Task>
Look below for the line containing "v 0 -0.1 1.9"; from there through the line containing "v -0.0884 0.0884 0.825", both lines included, please set down each line exactly and nothing else.

[Dataset excerpts]
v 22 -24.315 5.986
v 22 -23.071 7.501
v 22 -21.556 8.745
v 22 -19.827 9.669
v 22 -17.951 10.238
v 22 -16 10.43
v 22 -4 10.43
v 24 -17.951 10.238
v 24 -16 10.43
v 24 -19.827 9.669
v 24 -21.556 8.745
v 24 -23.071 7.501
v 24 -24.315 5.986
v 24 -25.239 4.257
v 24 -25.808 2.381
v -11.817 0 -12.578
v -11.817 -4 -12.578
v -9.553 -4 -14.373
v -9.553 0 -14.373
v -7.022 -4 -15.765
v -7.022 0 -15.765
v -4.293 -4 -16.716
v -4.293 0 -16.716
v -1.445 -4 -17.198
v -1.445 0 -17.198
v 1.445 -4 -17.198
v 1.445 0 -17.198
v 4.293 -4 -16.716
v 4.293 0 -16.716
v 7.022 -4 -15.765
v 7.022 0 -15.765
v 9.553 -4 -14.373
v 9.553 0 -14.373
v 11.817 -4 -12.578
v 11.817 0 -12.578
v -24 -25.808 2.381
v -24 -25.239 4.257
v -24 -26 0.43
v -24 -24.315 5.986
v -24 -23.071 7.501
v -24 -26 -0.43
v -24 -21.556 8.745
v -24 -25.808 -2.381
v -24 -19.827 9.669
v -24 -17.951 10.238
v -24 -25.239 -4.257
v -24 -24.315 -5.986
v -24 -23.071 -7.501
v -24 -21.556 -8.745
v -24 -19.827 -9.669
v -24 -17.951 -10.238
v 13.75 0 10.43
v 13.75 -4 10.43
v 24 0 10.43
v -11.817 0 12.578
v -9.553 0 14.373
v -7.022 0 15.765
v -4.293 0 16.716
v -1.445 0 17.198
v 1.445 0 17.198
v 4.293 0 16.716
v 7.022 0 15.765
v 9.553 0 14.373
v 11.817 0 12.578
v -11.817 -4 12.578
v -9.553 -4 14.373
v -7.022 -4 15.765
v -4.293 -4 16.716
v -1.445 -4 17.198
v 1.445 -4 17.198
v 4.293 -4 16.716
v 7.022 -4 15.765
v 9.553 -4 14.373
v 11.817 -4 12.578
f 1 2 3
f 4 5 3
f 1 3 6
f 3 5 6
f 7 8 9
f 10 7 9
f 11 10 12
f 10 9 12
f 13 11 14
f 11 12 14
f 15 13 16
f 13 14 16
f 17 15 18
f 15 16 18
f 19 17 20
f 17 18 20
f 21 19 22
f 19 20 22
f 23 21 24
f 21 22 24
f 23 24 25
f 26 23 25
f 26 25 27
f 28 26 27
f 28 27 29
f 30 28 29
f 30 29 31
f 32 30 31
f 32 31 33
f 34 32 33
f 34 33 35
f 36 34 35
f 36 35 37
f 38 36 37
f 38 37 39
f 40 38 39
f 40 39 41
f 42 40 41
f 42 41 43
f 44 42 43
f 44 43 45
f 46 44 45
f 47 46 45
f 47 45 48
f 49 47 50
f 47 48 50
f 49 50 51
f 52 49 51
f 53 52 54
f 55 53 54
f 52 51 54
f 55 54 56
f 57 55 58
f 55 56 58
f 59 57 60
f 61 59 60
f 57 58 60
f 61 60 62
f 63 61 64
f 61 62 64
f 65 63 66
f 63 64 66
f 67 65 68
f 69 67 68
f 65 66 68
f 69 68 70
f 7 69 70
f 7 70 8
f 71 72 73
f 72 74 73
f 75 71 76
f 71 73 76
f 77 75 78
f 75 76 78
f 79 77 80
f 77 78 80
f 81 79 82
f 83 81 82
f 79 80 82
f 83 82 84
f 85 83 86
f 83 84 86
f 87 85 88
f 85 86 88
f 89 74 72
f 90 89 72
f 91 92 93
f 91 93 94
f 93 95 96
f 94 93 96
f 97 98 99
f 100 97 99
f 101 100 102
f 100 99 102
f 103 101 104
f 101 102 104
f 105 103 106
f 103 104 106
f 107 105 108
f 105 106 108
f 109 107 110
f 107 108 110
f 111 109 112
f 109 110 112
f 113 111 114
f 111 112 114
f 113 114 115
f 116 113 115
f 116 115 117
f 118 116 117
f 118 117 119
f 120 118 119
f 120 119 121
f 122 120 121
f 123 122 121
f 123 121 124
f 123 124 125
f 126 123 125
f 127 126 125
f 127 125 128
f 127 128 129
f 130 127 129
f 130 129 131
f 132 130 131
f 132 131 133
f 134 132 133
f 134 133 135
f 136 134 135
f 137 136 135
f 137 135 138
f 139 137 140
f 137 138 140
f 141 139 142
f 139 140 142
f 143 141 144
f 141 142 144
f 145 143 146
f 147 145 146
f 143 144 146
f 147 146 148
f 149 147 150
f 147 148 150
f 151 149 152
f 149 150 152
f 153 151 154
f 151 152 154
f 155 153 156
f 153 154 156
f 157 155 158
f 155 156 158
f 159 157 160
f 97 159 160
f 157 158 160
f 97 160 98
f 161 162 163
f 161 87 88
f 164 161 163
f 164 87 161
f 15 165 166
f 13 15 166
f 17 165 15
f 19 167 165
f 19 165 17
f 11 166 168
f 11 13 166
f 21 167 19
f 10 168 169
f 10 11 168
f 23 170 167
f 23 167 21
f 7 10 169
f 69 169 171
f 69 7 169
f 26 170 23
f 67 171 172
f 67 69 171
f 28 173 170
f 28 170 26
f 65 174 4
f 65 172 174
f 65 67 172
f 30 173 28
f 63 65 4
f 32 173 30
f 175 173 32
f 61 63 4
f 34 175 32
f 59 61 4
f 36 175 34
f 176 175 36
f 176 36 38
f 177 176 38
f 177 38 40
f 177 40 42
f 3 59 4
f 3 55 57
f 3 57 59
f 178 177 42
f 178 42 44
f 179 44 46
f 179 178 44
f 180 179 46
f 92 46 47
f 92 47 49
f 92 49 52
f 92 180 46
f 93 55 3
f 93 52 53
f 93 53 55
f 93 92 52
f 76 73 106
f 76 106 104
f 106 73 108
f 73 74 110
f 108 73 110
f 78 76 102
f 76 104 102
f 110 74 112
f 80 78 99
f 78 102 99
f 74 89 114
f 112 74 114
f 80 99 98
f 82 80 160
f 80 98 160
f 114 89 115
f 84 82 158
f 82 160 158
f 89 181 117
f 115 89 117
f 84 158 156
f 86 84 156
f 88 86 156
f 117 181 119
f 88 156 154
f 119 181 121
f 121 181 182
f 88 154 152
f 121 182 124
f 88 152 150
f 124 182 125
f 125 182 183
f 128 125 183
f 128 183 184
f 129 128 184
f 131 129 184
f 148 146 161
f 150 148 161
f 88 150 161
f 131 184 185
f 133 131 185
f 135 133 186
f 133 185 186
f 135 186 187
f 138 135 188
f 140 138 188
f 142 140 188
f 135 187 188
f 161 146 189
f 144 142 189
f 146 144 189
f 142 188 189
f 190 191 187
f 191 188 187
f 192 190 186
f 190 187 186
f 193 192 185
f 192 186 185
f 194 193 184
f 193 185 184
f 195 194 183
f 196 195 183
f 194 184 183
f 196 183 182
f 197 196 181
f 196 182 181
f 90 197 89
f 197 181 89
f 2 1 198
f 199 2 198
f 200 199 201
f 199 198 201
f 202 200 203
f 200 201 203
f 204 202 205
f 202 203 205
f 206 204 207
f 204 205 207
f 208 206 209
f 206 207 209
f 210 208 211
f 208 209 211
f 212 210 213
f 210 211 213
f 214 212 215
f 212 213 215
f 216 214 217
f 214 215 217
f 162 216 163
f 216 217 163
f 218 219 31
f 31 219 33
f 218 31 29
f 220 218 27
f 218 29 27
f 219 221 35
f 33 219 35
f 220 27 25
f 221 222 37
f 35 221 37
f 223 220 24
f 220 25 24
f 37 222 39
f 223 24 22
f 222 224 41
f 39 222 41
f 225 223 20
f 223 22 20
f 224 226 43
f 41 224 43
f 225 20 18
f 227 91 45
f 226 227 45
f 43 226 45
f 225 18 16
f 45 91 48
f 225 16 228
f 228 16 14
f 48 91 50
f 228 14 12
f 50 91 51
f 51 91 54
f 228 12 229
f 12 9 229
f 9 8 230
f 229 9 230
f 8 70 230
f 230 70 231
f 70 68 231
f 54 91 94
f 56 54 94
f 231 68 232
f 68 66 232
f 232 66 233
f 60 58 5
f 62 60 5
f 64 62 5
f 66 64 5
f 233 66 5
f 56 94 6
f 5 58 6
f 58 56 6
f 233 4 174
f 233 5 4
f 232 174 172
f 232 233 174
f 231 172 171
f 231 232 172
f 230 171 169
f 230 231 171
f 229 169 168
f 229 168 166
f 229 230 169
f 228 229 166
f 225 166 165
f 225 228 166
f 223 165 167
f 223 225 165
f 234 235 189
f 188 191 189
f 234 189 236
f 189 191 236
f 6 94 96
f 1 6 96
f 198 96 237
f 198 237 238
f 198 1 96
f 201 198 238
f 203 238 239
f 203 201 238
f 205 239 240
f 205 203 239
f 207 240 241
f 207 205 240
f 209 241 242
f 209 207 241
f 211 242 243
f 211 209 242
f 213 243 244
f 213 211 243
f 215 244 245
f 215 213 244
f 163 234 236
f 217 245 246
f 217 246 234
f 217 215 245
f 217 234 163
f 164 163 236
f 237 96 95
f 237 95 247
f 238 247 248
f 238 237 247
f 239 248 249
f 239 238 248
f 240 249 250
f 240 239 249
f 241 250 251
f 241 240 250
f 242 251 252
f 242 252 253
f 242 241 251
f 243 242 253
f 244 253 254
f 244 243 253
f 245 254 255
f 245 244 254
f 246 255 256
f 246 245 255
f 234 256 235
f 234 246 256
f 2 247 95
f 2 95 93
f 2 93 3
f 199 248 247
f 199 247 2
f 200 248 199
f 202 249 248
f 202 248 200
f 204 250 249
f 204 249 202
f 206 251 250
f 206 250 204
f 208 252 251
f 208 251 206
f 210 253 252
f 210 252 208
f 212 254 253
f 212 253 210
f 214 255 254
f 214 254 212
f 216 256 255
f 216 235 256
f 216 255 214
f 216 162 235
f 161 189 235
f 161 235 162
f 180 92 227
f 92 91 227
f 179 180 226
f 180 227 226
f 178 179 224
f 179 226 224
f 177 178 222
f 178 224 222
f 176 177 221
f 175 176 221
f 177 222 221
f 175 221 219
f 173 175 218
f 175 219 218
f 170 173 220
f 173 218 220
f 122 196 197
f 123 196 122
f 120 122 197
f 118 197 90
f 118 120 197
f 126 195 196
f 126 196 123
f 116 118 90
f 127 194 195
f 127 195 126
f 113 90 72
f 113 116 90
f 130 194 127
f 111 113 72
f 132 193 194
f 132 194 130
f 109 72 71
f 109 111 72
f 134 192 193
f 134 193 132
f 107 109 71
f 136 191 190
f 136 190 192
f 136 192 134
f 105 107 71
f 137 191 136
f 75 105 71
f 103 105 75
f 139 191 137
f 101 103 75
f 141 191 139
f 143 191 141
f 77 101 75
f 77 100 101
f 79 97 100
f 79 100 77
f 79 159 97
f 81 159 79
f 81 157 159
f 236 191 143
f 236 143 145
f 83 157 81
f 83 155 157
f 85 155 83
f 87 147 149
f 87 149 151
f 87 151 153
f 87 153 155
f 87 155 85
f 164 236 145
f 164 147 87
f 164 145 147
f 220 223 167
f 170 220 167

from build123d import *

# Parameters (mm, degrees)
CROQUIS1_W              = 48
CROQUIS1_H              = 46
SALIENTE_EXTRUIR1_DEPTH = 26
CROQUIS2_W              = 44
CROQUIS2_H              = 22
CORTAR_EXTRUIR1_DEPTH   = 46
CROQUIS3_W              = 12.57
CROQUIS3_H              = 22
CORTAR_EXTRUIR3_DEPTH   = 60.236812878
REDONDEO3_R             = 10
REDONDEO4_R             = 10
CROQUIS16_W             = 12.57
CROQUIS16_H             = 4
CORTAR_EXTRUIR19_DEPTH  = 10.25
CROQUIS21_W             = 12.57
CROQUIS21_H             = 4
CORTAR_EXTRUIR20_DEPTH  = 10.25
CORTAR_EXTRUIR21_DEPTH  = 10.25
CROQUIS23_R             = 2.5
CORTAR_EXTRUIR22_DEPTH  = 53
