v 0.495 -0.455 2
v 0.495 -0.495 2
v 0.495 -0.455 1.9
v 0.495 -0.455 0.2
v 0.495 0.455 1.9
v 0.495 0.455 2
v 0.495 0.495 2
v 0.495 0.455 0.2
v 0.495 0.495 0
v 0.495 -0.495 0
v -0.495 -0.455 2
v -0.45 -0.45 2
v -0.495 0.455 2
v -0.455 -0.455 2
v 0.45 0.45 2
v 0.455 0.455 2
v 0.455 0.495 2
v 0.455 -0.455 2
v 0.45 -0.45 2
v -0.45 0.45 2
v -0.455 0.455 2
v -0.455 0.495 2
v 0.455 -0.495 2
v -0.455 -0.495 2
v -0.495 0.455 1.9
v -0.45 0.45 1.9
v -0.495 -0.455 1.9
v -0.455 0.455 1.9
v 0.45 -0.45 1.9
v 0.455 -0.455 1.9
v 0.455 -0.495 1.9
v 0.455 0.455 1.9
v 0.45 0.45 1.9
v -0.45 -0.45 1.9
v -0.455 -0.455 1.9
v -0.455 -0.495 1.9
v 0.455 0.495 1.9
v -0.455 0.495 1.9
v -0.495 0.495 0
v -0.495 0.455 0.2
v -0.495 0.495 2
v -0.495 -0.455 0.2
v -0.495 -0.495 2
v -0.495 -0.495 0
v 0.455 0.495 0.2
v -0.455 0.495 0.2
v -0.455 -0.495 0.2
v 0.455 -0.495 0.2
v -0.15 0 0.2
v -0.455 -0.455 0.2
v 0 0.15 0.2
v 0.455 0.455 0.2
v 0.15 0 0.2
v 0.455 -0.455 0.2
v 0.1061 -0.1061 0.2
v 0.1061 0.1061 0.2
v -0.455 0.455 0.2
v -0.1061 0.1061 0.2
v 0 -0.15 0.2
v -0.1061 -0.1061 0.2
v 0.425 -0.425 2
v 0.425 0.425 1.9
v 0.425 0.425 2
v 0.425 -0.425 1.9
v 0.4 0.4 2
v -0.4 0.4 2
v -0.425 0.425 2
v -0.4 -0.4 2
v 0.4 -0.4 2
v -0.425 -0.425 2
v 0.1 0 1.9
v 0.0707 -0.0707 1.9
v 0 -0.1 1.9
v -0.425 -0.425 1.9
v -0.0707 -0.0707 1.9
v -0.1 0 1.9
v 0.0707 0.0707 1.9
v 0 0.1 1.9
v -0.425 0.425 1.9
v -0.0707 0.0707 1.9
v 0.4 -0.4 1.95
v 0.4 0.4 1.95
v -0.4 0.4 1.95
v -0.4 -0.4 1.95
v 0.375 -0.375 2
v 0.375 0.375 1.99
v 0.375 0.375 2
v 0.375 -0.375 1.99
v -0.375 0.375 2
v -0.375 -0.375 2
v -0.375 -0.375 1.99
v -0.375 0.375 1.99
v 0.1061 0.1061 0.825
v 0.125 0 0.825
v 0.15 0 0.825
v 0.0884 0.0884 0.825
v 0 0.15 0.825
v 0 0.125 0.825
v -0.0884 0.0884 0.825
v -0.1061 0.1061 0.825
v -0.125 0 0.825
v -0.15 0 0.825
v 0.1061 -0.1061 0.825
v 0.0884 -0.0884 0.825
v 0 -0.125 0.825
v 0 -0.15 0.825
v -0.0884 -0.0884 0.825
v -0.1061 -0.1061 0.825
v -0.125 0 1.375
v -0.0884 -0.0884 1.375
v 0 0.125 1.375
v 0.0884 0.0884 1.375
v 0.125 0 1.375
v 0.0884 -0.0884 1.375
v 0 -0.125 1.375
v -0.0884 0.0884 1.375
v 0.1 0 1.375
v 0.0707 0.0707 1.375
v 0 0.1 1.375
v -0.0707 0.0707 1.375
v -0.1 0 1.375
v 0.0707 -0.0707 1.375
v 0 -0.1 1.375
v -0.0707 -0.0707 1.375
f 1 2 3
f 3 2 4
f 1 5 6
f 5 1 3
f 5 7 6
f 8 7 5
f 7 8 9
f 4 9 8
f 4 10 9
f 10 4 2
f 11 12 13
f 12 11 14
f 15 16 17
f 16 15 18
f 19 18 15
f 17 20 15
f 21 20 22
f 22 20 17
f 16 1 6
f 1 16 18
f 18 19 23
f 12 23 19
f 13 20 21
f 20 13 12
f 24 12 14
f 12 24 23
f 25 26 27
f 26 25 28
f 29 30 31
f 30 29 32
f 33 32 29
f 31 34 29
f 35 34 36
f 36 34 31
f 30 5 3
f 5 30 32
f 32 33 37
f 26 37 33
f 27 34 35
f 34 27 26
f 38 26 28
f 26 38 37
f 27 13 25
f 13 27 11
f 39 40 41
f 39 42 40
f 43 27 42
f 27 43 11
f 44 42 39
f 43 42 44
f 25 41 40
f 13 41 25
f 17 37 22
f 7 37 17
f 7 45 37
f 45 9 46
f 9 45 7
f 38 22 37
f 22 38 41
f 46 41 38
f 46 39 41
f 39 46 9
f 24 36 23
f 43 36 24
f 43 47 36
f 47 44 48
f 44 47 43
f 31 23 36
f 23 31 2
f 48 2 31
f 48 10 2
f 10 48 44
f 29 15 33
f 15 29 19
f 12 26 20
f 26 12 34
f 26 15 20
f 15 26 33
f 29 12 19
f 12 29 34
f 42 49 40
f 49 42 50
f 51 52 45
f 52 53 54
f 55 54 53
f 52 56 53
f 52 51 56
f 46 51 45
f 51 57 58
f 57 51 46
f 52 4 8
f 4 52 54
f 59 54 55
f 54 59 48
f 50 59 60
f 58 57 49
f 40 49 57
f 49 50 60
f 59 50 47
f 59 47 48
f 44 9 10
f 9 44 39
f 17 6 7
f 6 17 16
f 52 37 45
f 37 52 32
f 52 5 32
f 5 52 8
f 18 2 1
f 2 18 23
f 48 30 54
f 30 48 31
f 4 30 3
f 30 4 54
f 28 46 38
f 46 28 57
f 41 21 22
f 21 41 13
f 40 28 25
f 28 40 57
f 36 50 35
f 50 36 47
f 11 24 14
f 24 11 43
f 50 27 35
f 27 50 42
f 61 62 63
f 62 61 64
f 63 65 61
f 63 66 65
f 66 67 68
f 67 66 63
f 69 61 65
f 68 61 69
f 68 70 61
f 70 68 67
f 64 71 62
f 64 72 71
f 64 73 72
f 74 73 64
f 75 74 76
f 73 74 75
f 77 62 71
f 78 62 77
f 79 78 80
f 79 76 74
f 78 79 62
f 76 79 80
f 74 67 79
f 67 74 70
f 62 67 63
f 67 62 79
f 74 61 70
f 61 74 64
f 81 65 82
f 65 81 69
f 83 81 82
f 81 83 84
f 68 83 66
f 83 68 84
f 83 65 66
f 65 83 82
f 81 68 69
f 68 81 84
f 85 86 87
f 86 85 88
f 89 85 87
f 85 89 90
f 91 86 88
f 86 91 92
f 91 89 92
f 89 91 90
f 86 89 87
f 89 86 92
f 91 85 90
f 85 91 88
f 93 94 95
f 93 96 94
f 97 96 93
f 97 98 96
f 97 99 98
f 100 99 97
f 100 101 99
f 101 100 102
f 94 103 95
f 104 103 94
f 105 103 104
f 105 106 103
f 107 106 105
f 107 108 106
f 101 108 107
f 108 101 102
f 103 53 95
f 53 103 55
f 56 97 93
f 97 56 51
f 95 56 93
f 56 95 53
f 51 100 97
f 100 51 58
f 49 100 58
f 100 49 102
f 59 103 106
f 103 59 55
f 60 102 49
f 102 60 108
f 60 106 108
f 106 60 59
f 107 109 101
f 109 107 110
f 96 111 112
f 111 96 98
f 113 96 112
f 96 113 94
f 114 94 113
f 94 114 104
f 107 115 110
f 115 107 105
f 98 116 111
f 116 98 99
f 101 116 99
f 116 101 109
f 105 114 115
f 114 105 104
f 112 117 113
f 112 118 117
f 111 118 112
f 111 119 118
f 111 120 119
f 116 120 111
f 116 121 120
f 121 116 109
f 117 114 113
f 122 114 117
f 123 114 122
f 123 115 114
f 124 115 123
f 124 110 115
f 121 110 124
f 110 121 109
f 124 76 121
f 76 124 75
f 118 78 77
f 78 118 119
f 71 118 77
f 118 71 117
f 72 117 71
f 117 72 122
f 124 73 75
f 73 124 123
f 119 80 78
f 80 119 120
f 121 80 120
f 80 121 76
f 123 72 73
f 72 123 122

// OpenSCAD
// file: lib.scad
function x(v) = v[0];
function y(v) = v[1];
function z(v) = v[2];
function add(v1,v2) = [ for (i = [ 0 : len(v1)-1 ]) v1[i] + v2[i] ];
function xv(d) = [d,0,0];
function yv(d) = [0,d,0];
function zv(d) = [0,0,d];

module box(v) { cube(size=v, center=true); }
module cyl(r1,r2,h) { cylinder(r1=r1, r2=r2, h=h, center=true); }

function grow(n,v) = [x(v)+n*2, y(v)+n*2, z(v)+n*2];

module rbox(v, radius=1) {
	cx = x(v)/2-radius;
	cy = y(v)/2-radius;
	cz = z(v)/2-radius;

	hull() {
		translate([cx,cy,cz]) sphere(r=radius);
		translate([cx,cy,-cz]) sphere(r=radius);
		translate([cx,-cy,cz]) sphere(r=radius);
		translate([cx,-cy,-cz]) sphere(r=radius);
		translate([-cx,cy,cz]) sphere(r=radius);
		translate([-cx,cy,-cz]) sphere(r=radius);
		translate([-cx,-cy,cz]) sphere(r=radius);
		translate([-cx,-cy,-cz]) sphere(r=radius);
	}
}

module fillet(r=1) {
  minkowski() {
    difference() {
      children();
      minkowski() {
        difference() {
          minkowski() {
            children();
            sphere(r=r);
          }
          children();
        }
        sphere(r=r);
      }
    }
    sphere(r=r);
  }
}
// main file
use <lib.scad>

module frame() {
	union() {
		translate([0,0,0.1]) box([0.99, 0.99, 0.2]);
		translate([0,0,1.95]) difference() {
			box([0.99, 0.99, 0.1]);
			box([0.9, 0.9, 0.15]);
		}
		translate([0.475,0.475,1.0]) box([0.04, 0.04, 2.0]);
		translate([0.475,-0.475,1.0]) box([0.04, 0.04, 2.0]);
		translate([-0.475,0.475,1.0]) box([0.04, 0.04, 2.0]);
		translate([-0.475,-0.475,1.0]) box([0.04, 0.04, 2.0]);
	}
}

module platform() {
	translate([0,0,1.95]) difference() {
		box([0.85, 0.85, 0.1]);
		translate([0,0,0.05]) box([0.8, 0.8, 0.1]);
	}
}

module surface() {
	translate([0,0,1.995]) box([0.75, 0.75, 0.01]);
}

module telescope1() {
	#translate([0,0,0.5]) cyl(0.15, 0.15, 0.65);
}

module telescope2() {
	#translate([0,0,1.05]) cyl(0.125, 0.125, 0.65);
}

module telescope3() {
	#translate([0,0,1.6]) cyl(0.10, 0.10, 0.65);
}

d = 8;

//fillet(0.01, $fn=$fn/8) frame($fn=d);
frame($fn=d);

//fillet(0.01, $fn=$fn/8) platform($fn=d);
platform($fn=d);
surface($fn=d);

telescope1($fn=d);
telescope2($fn=d);
telescope3($fn=d);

Task output>
v 0 -0.1 1.9
v -0.425 -0.425 1.9
v -0.0707 -0.0707 1.9
v -0.1 0 1.9
v 0.0707 0.0707 1.9
v 0 0.1 1.9
v -0.425 0.425 1.9
v -0.0707 0.0707 1.9
v 0.4 -0.4 1.95
v 0.4 0.4 1.95
v -0.4 0.4 1.95
v -0.4 -0.4 1.95
v 0.375 -0.375 2
v 0.375 0.375 1.99
v 0.375 0.375 2
v 0.375 -0.375 1.99
v -0.375 0.375 2
v -0.375 -0.375 2
v -0.375 -0.375 1.99
v -0.375 0.375 1.99
v 0.1061 0.1061 0.825
v 0.125 0 0.825
v 0.15 0 0.825
v 0.0884 0.0884 0.825
v 0 0.15 0.825
v 0 0.125 0.825
v -0.0884 0.0884 0.825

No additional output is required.